[Stored items]
# # #

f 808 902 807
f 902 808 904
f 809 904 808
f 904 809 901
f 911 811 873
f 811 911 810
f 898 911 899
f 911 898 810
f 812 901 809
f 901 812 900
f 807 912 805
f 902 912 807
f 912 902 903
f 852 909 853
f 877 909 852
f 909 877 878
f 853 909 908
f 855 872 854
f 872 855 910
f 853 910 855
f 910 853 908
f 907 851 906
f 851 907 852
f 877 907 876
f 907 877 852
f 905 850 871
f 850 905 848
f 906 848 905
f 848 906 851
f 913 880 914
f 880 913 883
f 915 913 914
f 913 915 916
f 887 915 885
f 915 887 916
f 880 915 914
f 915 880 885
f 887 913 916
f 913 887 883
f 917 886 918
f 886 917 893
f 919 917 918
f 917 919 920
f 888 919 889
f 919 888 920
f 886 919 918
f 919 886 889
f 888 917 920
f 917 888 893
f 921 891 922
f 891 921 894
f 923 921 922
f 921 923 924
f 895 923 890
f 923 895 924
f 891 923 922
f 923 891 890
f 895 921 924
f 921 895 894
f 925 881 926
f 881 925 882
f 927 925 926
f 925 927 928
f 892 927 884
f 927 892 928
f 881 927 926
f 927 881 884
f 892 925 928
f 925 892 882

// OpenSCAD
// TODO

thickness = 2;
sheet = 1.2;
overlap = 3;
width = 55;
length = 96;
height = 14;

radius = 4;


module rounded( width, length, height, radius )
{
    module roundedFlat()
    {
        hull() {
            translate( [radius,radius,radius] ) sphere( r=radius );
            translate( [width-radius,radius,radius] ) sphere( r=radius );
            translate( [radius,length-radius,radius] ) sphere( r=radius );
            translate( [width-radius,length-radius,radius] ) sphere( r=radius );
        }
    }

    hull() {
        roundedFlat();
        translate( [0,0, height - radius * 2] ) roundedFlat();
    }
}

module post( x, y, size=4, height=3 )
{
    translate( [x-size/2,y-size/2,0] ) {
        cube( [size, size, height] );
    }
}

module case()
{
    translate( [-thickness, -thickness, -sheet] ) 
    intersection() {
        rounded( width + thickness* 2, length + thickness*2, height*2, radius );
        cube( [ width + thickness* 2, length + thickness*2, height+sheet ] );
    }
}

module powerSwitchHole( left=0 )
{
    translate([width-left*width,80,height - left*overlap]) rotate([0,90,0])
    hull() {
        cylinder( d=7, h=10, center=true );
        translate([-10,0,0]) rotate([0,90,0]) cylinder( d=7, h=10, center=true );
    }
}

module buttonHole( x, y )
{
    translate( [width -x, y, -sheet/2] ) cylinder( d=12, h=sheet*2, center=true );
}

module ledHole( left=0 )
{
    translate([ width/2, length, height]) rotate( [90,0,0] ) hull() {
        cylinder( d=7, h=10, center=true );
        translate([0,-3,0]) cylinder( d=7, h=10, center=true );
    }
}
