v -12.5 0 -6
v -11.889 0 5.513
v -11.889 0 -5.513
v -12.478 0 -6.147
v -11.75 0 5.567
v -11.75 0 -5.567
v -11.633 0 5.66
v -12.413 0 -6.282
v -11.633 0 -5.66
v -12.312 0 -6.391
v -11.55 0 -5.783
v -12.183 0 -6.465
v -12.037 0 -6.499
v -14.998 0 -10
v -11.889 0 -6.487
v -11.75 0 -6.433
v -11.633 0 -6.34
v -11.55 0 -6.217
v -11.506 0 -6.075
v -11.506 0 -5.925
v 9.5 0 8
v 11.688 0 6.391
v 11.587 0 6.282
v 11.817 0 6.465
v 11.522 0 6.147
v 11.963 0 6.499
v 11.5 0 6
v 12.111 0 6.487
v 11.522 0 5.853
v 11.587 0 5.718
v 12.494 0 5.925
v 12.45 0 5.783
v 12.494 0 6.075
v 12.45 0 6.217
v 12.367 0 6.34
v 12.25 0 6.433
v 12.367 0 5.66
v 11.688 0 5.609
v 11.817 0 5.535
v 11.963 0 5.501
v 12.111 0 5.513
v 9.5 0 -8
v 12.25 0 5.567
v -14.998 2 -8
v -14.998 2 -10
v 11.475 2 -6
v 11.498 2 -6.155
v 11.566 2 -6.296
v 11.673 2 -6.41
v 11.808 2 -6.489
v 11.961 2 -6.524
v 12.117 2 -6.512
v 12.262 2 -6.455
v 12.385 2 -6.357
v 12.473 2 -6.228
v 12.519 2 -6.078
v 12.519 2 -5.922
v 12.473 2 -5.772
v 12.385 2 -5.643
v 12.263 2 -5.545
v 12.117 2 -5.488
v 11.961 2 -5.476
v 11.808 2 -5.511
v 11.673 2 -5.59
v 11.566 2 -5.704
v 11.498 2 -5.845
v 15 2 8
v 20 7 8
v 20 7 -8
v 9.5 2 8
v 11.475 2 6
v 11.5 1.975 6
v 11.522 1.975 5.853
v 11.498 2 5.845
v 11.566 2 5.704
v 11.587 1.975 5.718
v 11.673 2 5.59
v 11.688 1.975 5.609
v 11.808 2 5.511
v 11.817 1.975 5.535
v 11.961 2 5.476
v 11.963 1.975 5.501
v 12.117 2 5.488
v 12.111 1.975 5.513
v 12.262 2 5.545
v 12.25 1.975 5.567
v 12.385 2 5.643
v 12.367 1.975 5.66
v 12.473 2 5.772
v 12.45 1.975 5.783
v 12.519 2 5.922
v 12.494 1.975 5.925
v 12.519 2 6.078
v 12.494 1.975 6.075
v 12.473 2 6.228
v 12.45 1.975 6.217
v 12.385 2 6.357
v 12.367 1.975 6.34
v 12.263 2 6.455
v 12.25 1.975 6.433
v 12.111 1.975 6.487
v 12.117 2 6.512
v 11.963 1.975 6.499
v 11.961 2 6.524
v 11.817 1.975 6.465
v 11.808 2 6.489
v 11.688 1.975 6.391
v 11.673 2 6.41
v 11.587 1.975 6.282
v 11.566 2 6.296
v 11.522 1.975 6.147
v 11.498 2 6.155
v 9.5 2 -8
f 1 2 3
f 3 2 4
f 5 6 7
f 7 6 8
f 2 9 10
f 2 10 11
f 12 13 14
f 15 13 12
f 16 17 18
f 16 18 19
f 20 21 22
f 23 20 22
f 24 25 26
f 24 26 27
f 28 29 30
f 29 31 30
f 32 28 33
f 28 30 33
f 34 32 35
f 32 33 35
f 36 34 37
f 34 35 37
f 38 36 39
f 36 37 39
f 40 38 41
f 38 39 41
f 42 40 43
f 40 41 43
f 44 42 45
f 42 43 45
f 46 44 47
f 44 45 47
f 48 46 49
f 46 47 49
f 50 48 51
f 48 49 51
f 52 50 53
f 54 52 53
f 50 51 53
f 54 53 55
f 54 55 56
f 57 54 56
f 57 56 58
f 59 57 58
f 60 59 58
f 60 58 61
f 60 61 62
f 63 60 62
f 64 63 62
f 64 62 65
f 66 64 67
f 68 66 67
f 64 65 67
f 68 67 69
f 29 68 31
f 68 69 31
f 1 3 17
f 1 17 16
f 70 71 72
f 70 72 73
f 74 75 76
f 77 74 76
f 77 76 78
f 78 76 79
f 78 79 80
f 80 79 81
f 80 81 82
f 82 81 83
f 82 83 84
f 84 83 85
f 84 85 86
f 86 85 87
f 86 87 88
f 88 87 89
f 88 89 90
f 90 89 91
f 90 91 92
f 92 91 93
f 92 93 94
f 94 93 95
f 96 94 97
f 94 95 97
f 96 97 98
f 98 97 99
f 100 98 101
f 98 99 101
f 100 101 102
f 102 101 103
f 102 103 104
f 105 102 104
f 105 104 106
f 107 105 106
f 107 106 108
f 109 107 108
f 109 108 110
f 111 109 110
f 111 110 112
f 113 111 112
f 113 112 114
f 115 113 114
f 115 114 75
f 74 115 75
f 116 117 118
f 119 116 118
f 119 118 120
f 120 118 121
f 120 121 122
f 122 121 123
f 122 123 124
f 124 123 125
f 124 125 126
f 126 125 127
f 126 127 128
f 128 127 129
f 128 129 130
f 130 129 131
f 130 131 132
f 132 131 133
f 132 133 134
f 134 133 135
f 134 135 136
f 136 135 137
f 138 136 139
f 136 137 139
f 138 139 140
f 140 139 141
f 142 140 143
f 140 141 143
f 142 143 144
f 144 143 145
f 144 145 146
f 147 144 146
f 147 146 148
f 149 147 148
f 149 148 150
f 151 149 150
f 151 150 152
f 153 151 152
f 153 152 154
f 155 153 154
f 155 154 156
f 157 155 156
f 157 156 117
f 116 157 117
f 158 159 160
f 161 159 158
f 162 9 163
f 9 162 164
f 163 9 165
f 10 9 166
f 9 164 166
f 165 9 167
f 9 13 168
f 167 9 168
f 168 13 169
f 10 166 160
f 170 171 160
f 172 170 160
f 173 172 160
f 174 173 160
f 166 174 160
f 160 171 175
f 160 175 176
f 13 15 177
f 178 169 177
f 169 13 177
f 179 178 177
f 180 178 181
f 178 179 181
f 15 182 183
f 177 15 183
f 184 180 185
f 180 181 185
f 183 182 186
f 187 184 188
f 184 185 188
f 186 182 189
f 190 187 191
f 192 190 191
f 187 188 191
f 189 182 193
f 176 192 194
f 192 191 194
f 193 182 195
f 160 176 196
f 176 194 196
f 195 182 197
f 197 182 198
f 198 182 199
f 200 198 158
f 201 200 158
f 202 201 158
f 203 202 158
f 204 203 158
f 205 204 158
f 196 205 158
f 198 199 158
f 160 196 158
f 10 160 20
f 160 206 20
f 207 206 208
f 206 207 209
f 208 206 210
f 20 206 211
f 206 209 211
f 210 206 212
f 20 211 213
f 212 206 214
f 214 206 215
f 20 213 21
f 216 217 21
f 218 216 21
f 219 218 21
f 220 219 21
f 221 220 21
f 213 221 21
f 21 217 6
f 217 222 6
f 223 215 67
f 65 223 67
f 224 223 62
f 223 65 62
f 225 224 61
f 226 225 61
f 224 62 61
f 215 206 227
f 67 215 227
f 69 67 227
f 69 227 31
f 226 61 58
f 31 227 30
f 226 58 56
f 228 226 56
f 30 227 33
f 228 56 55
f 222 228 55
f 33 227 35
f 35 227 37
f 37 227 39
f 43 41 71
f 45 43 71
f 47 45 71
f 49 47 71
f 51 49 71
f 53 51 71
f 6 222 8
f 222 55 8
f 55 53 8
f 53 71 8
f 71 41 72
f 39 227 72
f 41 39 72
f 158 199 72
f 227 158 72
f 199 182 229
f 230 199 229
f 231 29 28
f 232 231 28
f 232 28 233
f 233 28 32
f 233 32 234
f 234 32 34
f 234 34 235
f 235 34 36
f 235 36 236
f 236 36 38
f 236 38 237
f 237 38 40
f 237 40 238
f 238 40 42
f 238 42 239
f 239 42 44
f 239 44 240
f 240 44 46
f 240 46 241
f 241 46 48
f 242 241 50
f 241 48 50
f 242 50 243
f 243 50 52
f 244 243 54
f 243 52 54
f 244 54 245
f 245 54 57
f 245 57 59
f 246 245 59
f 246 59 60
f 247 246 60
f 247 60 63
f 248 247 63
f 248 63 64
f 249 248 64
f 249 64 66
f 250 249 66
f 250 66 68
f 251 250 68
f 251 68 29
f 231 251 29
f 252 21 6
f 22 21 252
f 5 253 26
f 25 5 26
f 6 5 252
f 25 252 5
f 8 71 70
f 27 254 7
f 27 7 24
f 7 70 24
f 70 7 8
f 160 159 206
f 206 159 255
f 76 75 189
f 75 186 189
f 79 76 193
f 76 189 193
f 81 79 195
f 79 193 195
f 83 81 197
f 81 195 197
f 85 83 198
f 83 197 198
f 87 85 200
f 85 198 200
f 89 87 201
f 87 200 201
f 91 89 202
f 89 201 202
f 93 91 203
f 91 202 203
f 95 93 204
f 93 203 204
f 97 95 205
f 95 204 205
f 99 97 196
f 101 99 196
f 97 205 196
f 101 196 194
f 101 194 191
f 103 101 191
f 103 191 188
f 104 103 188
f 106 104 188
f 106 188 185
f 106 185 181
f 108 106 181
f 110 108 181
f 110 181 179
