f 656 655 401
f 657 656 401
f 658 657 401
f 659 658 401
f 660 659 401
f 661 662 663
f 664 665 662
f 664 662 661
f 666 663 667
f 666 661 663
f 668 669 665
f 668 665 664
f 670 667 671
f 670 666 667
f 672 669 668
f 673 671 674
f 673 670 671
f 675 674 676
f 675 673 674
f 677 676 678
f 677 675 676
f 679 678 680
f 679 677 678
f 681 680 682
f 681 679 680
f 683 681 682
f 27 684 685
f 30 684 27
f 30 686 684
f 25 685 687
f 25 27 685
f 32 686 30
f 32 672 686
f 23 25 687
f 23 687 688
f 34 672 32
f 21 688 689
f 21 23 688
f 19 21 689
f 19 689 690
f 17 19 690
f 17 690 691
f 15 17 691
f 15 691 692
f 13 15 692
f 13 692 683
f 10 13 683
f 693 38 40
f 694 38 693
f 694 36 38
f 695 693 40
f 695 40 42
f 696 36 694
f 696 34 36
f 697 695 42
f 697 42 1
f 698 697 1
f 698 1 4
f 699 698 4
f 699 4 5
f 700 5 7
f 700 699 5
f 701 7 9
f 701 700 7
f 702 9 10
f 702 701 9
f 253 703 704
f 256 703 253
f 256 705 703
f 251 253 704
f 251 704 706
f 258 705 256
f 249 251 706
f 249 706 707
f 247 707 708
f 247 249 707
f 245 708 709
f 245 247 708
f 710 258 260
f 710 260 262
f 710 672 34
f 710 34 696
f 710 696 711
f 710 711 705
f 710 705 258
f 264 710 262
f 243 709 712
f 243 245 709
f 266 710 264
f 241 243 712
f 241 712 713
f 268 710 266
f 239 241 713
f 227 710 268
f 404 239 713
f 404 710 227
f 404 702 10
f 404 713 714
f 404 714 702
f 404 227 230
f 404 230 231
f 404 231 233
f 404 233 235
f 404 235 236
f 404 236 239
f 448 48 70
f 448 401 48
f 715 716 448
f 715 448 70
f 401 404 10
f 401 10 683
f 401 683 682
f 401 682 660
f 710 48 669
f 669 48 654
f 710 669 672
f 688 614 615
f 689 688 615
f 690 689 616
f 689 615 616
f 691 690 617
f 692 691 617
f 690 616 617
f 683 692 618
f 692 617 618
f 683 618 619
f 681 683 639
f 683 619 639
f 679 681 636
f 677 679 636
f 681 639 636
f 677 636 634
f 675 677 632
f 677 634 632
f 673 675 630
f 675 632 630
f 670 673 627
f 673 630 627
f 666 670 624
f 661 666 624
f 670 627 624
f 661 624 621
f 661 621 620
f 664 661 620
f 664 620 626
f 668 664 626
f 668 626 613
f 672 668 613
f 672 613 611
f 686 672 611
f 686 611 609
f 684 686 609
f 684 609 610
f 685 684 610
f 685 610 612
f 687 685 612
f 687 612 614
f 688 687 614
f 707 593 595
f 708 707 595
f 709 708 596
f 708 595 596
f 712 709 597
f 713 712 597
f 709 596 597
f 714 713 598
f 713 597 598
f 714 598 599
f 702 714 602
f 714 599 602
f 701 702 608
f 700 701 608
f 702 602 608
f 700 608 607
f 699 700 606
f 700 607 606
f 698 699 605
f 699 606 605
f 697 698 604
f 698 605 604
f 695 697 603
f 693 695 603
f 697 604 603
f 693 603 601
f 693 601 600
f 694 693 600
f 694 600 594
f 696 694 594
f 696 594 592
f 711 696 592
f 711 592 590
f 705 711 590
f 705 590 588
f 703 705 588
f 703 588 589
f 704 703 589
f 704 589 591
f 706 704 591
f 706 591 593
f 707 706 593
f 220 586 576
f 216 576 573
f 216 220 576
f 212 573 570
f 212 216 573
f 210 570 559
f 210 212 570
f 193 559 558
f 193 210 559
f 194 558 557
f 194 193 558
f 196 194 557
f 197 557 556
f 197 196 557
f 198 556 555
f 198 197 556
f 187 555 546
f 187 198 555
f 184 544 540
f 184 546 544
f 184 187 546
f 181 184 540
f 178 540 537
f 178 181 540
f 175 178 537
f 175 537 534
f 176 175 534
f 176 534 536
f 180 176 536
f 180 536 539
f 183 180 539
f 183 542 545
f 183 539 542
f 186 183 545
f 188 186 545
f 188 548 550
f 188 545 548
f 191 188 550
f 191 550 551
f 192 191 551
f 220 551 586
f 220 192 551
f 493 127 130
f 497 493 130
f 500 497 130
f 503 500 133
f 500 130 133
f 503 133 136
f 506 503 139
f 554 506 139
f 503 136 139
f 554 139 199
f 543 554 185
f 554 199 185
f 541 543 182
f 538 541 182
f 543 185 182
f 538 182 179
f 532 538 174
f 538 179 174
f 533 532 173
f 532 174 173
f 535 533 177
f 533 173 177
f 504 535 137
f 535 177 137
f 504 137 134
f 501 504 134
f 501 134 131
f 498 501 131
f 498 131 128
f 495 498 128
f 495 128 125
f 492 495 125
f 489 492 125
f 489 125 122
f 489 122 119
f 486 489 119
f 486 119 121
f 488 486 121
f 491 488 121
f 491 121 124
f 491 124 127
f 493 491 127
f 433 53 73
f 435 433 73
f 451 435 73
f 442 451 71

# # #

__The task__. Looking at the entries above, can you reproduce exactly the lines from the one that holds "f 132 133 134" through the one that holds "f 234 32 34", and only those?

__Solution to this exercise__.
f 132 133 134
f 134 133 135
f 134 135 136
f 136 135 137
f 138 136 139
f 136 137 139
f 138 139 140
f 140 139 141
f 142 140 143
f 140 141 143
f 142 143 144
f 144 143 145
f 144 145 146
f 147 144 146
f 147 146 148
f 149 147 148
f 149 148 150
f 151 149 150
f 151 150 152
f 153 151 152
f 153 152 154
f 155 153 154
f 155 154 156
f 157 155 156
f 157 156 117
f 116 157 117
f 158 159 160
f 161 159 158
f 162 9 163
f 9 162 164
f 163 9 165
f 10 9 166
f 9 164 166
f 165 9 167
f 9 13 168
f 167 9 168
f 168 13 169
f 10 166 160
f 170 171 160
f 172 170 160
f 173 172 160
f 174 173 160
f 166 174 160
f 160 171 175
f 160 175 176
f 13 15 177
f 178 169 177
f 169 13 177
f 179 178 177
f 180 178 181
f 178 179 181
f 15 182 183
f 177 15 183
f 184 180 185
f 180 181 185
f 183 182 186
f 187 184 188
f 184 185 188
f 186 182 189
f 190 187 191
f 192 190 191
f 187 188 191
f 189 182 193
f 176 192 194
f 192 191 194
f 193 182 195
f 160 176 196
f 176 194 196
f 195 182 197
f 197 182 198
f 198 182 199
f 200 198 158
f 201 200 158
f 202 201 158
f 203 202 158
f 204 203 158
f 205 204 158
f 196 205 158
f 198 199 158
f 160 196 158
f 10 160 20
f 160 206 20
f 207 206 208
f 206 207 209
f 208 206 210
f 20 206 211
f 206 209 211
f 210 206 212
f 20 211 213
f 212 206 214
f 214 206 215
f 20 213 21
f 216 217 21
f 218 216 21
f 219 218 21
f 220 219 21
f 221 220 21
f 213 221 21
f 21 217 6
f 217 222 6
f 223 215 67
f 65 223 67
f 224 223 62
f 223 65 62
f 225 224 61
f 226 225 61
f 224 62 61
f 215 206 227
f 67 215 227
f 69 67 227
f 69 227 31
f 226 61 58
f 31 227 30
f 226 58 56
f 228 226 56
f 30 227 33
f 228 56 55
f 222 228 55
f 33 227 35
f 35 227 37
f 37 227 39
f 43 41 71
f 45 43 71
f 47 45 71
f 49 47 71
f 51 49 71
f 53 51 71
f 6 222 8
f 222 55 8
f 55 53 8
f 53 71 8
f 71 41 72
f 39 227 72
f 41 39 72
f 158 199 72
f 227 158 72
f 199 182 229
f 230 199 229
f 231 29 28
f 232 231 28
f 232 28 233
f 233 28 32
f 233 32 234
f 234 32 34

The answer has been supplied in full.